(Stored data entries)

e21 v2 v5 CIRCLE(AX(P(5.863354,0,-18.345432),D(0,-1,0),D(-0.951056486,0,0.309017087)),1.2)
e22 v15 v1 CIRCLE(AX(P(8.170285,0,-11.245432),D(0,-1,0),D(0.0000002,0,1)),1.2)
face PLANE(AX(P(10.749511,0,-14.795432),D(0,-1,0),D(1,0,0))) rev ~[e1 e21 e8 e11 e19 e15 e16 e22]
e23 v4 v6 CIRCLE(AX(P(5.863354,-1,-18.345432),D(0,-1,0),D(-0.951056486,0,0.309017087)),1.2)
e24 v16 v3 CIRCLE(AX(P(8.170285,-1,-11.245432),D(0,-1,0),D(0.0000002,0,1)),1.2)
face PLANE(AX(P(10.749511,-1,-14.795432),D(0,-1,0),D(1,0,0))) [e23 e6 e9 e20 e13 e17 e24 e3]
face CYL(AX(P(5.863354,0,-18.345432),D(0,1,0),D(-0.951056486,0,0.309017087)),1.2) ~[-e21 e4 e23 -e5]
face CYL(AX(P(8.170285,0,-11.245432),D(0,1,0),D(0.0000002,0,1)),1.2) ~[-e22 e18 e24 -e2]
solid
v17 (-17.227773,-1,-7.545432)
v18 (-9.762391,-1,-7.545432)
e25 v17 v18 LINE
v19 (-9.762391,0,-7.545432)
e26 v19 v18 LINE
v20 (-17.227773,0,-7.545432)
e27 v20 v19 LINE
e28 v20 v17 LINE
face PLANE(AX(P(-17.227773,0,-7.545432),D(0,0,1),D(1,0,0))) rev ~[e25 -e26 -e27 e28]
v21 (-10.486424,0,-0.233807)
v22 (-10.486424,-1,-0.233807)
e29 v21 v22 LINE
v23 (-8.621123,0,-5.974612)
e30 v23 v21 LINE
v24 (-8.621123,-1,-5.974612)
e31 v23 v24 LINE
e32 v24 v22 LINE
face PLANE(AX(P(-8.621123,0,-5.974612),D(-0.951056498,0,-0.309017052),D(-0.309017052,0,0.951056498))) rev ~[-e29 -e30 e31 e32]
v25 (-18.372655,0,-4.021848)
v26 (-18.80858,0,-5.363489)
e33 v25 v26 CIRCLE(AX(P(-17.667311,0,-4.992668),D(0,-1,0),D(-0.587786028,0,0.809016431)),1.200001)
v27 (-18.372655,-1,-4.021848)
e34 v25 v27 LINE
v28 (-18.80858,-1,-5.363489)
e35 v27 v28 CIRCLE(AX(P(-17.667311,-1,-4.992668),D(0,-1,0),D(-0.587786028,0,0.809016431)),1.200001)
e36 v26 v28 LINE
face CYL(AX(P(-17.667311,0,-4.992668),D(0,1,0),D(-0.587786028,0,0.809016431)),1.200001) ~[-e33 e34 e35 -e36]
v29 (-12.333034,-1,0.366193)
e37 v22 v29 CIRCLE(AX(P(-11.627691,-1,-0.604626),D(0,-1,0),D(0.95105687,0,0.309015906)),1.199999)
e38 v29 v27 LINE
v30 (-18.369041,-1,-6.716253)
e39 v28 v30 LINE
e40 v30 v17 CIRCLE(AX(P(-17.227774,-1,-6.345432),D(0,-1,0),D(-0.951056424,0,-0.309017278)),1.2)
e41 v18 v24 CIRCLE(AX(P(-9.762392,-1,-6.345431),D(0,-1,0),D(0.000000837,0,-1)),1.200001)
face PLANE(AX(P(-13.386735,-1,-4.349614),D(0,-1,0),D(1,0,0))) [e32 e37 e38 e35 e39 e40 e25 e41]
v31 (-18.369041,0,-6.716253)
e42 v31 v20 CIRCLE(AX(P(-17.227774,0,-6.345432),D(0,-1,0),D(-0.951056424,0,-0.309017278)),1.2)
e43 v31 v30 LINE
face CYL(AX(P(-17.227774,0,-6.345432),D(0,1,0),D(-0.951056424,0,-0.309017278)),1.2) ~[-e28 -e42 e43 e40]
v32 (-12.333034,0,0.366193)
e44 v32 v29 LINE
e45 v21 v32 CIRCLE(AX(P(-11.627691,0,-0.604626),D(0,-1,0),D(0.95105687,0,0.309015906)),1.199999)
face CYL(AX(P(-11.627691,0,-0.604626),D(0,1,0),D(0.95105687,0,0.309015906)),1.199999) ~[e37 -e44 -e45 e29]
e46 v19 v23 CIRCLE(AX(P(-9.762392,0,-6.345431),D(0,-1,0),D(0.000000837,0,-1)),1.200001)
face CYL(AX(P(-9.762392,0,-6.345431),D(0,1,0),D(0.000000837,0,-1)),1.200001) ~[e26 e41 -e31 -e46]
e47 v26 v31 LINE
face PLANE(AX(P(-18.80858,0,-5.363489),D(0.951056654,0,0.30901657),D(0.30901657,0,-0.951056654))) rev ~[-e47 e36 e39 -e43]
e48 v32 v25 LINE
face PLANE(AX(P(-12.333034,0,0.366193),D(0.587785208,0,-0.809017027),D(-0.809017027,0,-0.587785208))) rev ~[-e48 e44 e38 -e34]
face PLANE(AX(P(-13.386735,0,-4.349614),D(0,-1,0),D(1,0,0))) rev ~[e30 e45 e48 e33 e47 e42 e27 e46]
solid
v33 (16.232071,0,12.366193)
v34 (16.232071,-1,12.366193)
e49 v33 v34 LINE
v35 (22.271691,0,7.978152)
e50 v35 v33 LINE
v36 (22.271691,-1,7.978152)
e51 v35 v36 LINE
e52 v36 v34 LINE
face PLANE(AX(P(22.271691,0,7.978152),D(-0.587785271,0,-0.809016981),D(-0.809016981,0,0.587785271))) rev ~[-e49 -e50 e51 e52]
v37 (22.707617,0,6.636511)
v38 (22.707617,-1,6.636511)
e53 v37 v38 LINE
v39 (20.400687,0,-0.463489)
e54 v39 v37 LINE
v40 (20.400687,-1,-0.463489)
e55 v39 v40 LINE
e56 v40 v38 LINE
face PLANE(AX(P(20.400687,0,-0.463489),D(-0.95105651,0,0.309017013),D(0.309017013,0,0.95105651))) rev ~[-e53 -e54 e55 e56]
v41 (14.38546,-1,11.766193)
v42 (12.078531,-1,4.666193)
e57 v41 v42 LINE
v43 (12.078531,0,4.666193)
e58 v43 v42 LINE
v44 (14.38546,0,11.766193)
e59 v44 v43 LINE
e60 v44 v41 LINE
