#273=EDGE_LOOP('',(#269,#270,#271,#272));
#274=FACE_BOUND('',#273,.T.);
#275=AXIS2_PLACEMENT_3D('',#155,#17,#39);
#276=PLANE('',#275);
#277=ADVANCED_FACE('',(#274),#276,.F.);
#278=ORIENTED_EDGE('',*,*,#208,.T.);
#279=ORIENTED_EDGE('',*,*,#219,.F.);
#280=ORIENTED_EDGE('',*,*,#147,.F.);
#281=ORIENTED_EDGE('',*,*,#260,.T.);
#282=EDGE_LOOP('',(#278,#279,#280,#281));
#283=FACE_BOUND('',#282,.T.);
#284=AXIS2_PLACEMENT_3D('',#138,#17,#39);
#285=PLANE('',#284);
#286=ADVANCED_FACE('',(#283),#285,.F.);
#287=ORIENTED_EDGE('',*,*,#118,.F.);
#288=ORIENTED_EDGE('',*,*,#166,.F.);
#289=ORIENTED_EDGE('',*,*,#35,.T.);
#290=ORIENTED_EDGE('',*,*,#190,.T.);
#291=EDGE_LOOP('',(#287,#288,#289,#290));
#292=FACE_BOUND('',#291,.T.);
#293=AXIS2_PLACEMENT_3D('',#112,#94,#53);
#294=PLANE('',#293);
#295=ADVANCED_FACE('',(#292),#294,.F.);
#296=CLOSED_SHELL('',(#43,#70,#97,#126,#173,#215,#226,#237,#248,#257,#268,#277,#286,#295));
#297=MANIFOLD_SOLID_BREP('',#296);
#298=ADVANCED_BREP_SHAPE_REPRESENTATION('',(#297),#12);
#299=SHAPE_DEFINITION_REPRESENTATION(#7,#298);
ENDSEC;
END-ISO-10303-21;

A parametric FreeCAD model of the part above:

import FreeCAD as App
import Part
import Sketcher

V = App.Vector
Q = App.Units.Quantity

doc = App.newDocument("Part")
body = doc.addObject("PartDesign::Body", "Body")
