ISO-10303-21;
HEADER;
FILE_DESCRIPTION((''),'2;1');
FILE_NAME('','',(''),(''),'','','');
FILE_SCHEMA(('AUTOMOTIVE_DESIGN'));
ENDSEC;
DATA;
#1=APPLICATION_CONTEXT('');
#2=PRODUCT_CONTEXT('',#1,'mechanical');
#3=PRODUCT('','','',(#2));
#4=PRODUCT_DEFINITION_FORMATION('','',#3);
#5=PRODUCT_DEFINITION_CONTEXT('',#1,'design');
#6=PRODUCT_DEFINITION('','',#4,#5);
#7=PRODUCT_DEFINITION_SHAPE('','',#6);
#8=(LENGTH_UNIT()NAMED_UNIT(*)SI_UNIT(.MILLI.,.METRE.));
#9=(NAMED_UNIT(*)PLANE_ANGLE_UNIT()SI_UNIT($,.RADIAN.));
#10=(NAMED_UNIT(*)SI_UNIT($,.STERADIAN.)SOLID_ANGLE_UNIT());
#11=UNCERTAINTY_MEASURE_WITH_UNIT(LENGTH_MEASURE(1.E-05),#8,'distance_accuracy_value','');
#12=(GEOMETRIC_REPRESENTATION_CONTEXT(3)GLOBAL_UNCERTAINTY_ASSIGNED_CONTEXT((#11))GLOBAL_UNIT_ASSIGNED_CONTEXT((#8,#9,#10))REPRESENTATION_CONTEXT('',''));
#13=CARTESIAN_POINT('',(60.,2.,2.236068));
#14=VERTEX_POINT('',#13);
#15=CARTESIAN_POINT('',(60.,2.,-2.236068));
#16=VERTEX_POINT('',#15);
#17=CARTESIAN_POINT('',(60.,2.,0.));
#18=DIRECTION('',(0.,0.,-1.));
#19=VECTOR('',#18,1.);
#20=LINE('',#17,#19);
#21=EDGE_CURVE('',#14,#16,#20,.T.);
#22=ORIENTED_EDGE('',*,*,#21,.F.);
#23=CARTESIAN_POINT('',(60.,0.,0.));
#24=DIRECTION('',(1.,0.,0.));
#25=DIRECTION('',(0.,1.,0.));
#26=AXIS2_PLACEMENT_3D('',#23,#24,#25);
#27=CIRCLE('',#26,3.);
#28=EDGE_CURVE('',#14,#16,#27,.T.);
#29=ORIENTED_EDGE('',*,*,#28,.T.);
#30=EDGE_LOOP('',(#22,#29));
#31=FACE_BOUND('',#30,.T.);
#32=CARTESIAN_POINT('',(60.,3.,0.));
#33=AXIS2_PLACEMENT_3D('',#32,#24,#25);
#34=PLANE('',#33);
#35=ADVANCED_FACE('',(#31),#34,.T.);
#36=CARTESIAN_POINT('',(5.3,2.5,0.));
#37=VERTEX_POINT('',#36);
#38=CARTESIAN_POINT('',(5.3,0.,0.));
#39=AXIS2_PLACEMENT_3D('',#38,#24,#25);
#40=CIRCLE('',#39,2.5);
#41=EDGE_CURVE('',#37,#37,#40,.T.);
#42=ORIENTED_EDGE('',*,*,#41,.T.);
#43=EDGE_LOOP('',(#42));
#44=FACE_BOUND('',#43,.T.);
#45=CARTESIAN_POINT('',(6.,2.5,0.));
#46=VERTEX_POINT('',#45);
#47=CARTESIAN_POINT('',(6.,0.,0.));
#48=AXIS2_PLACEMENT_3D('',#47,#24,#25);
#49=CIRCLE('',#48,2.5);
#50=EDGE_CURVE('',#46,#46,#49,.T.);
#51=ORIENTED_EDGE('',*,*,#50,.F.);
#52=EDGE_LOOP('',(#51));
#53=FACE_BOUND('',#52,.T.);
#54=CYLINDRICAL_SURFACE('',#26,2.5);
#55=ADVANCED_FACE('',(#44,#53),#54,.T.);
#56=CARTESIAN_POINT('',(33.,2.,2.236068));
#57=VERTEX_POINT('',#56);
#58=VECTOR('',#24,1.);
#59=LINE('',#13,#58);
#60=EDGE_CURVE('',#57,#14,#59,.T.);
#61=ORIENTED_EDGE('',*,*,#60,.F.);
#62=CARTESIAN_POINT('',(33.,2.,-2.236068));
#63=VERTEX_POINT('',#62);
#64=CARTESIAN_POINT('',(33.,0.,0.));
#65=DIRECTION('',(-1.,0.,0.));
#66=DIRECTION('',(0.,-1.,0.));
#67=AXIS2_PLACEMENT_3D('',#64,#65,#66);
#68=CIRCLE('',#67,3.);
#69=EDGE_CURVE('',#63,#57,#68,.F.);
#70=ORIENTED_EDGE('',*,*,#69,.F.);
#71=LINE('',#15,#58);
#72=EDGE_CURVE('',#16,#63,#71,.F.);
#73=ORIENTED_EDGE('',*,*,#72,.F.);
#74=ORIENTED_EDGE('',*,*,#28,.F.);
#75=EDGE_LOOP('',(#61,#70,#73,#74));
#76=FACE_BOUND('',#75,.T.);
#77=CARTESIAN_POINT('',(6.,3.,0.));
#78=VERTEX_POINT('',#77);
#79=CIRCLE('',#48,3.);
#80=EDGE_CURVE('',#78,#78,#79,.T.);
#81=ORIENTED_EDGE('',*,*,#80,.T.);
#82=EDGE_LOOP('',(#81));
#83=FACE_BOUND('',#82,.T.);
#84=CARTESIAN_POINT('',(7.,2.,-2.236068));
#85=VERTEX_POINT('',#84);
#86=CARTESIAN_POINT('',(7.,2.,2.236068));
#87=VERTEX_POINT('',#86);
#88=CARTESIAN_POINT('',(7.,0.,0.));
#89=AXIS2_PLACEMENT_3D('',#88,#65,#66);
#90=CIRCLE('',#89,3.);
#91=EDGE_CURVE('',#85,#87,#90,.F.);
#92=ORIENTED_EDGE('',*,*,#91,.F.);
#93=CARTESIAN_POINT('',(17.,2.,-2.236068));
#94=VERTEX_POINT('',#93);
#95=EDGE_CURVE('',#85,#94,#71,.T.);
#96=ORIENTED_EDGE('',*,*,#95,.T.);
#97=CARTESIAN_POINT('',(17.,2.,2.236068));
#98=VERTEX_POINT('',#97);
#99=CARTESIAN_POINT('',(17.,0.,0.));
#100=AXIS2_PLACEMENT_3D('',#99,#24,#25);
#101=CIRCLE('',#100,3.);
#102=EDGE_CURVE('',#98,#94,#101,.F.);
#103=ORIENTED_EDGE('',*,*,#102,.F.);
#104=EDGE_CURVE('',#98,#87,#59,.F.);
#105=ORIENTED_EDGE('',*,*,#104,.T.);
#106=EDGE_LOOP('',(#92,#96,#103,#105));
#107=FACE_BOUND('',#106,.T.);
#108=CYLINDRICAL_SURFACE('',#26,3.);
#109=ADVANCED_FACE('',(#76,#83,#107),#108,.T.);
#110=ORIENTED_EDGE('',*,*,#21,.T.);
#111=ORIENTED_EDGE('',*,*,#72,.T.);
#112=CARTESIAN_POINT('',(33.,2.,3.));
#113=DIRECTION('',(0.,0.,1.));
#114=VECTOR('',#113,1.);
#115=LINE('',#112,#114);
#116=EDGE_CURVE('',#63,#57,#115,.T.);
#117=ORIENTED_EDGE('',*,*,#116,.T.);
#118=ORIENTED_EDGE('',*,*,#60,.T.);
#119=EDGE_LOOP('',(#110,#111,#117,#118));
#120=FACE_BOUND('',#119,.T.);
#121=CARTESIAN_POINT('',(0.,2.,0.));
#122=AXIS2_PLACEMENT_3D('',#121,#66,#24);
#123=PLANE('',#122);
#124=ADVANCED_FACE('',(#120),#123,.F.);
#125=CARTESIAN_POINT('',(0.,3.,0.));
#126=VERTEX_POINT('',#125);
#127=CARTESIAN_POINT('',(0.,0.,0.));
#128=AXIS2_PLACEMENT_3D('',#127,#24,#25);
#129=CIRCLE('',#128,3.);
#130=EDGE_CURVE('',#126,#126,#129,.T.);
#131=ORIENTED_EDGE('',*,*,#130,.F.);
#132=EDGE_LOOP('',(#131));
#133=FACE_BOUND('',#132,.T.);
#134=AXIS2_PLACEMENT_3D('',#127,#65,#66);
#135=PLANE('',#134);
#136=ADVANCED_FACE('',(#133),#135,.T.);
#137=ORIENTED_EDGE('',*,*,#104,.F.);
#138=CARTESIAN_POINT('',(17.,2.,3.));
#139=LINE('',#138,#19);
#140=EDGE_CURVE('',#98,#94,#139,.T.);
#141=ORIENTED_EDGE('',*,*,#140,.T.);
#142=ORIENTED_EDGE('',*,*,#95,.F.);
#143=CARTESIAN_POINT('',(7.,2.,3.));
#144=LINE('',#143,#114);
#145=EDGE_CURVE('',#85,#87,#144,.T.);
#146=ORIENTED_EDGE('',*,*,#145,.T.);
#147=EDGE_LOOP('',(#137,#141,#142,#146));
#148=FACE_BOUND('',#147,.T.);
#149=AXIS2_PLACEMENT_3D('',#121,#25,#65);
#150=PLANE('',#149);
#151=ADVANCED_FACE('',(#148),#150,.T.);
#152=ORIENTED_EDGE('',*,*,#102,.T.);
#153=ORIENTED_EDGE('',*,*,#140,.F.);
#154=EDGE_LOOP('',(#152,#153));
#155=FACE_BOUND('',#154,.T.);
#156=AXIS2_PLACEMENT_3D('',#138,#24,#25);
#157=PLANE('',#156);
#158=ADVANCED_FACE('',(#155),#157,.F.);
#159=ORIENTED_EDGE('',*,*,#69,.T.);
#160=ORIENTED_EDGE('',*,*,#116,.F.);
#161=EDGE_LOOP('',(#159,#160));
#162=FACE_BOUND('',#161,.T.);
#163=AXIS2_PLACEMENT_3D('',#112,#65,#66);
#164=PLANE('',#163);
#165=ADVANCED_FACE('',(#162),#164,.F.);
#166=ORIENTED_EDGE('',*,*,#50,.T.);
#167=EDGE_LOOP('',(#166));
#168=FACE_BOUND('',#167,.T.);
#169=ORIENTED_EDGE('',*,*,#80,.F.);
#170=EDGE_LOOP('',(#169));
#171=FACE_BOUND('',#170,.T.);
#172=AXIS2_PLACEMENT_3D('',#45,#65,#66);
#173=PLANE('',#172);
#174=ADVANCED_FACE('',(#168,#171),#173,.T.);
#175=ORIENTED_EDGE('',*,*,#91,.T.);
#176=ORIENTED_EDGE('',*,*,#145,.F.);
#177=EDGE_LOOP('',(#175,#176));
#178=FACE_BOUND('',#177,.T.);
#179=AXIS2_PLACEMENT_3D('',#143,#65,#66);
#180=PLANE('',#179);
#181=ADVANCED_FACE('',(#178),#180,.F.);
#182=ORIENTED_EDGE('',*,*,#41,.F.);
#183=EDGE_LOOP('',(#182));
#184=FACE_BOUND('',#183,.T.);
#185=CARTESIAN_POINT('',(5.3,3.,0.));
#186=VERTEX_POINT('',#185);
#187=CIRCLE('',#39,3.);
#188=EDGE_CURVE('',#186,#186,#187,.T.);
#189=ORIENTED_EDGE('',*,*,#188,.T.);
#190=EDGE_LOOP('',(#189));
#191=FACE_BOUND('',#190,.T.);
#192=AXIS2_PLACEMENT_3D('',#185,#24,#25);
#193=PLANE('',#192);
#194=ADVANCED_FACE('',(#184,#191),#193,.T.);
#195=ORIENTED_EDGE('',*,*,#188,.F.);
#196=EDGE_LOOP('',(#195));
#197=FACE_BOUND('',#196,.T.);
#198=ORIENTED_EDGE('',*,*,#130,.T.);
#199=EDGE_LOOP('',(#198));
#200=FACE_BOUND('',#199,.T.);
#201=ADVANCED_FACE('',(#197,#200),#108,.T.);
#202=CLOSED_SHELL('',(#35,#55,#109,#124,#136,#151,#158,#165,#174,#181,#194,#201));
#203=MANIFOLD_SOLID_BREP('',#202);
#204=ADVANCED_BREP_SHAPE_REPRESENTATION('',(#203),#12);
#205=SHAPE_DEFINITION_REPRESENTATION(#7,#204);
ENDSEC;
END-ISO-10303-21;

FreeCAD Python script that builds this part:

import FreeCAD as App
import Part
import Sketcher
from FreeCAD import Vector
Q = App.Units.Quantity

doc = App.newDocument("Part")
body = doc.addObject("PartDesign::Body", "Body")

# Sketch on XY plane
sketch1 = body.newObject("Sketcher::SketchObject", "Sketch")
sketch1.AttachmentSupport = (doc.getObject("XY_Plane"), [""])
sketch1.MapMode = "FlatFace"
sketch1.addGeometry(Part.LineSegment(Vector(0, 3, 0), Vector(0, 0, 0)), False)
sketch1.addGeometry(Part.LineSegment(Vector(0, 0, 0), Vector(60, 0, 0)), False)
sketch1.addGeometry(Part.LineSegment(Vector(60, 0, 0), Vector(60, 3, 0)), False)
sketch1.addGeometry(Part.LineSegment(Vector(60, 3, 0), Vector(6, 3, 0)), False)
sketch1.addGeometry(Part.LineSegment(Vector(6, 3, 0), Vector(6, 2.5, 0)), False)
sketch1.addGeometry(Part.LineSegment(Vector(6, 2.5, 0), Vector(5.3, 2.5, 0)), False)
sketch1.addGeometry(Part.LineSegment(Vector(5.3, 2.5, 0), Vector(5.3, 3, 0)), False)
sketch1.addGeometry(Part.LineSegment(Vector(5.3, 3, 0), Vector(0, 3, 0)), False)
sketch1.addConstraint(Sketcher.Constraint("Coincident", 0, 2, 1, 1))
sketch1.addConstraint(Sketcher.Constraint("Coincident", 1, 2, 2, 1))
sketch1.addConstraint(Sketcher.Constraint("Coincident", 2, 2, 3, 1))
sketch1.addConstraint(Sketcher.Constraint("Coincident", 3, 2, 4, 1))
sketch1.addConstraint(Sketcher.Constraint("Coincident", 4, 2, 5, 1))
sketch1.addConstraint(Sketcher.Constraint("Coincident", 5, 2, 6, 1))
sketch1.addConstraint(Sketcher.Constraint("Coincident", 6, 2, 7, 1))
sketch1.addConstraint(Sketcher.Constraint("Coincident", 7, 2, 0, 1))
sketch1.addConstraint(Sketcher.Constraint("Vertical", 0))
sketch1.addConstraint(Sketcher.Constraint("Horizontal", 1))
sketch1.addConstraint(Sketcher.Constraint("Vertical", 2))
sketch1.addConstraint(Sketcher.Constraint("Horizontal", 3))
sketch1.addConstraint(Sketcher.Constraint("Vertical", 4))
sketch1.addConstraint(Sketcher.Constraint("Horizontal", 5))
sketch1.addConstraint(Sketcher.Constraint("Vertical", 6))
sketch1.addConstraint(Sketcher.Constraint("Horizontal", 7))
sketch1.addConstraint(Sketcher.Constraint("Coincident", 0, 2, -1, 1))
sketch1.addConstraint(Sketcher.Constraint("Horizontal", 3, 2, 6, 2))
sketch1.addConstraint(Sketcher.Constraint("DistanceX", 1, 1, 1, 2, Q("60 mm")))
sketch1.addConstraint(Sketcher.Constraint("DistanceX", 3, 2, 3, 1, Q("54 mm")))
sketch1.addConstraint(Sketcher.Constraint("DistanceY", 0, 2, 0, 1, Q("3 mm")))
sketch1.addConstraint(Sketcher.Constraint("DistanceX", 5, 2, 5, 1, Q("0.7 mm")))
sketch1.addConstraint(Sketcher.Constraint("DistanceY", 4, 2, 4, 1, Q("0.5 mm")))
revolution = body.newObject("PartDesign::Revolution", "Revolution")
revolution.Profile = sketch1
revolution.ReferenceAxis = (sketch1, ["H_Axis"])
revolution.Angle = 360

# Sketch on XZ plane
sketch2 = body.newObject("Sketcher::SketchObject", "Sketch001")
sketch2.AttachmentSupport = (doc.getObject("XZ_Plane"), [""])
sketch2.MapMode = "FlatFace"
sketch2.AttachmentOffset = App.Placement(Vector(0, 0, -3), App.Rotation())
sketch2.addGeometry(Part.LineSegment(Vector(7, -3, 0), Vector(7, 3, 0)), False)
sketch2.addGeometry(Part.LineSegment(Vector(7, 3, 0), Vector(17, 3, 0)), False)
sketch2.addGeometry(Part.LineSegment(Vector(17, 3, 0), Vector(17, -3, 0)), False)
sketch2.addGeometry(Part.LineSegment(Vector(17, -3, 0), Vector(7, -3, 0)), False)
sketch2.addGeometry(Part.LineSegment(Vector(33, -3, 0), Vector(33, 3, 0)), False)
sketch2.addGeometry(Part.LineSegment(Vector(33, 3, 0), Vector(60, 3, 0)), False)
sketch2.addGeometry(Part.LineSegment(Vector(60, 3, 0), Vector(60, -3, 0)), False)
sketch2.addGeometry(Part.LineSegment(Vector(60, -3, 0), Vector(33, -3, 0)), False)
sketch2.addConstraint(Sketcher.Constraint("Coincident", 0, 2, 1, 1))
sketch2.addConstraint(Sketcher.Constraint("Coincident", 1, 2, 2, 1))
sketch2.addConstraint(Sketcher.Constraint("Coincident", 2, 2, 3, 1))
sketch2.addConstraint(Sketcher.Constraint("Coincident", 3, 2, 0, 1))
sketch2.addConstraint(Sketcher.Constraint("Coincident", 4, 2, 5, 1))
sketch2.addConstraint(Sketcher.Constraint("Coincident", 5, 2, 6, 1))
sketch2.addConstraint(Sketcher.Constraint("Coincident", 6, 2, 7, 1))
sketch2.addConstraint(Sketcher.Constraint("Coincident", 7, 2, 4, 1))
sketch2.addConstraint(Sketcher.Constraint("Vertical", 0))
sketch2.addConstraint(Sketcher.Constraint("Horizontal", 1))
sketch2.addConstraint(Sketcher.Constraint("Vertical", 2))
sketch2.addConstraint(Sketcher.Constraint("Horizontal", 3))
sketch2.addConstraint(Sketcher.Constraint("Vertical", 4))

§ **WHAT YOU SHOULD DO**
Return exactly the lines above from the line that has "#135=PLANE('',#134);" through the line that has "#160=ORIENTED_EDGE('',*,*,#116,.F.);", inclusive, and nothing else.

§ **PROBLEM SOLUTION**
#135=PLANE('',#134);
#136=ADVANCED_FACE('',(#133),#135,.T.);
#137=ORIENTED_EDGE('',*,*,#104,.F.);
#138=CARTESIAN_POINT('',(17.,2.,3.));
#139=LINE('',#138,#19);
#140=EDGE_CURVE('',#98,#94,#139,.T.);
#141=ORIENTED_EDGE('',*,*,#140,.T.);
#142=ORIENTED_EDGE('',*,*,#95,.F.);
#143=CARTESIAN_POINT('',(7.,2.,3.));
#144=LINE('',#143,#114);
#145=EDGE_CURVE('',#85,#87,#144,.T.);
#146=ORIENTED_EDGE('',*,*,#145,.T.);
#147=EDGE_LOOP('',(#137,#141,#142,#146));
#148=FACE_BOUND('',#147,.T.);
#149=AXIS2_PLACEMENT_3D('',#121,#25,#65);
#150=PLANE('',#149);
#151=ADVANCED_FACE('',(#148),#150,.T.);
#152=ORIENTED_EDGE('',*,*,#102,.T.);
#153=ORIENTED_EDGE('',*,*,#140,.F.);
#154=EDGE_LOOP('',(#152,#153));
#155=FACE_BOUND('',#154,.T.);
#156=AXIS2_PLACEMENT_3D('',#138,#24,#25);
#157=PLANE('',#156);
#158=ADVANCED_FACE('',(#155),#157,.F.);
#159=ORIENTED_EDGE('',*,*,#69,.T.);
#160=ORIENTED_EDGE('',*,*,#116,.F.);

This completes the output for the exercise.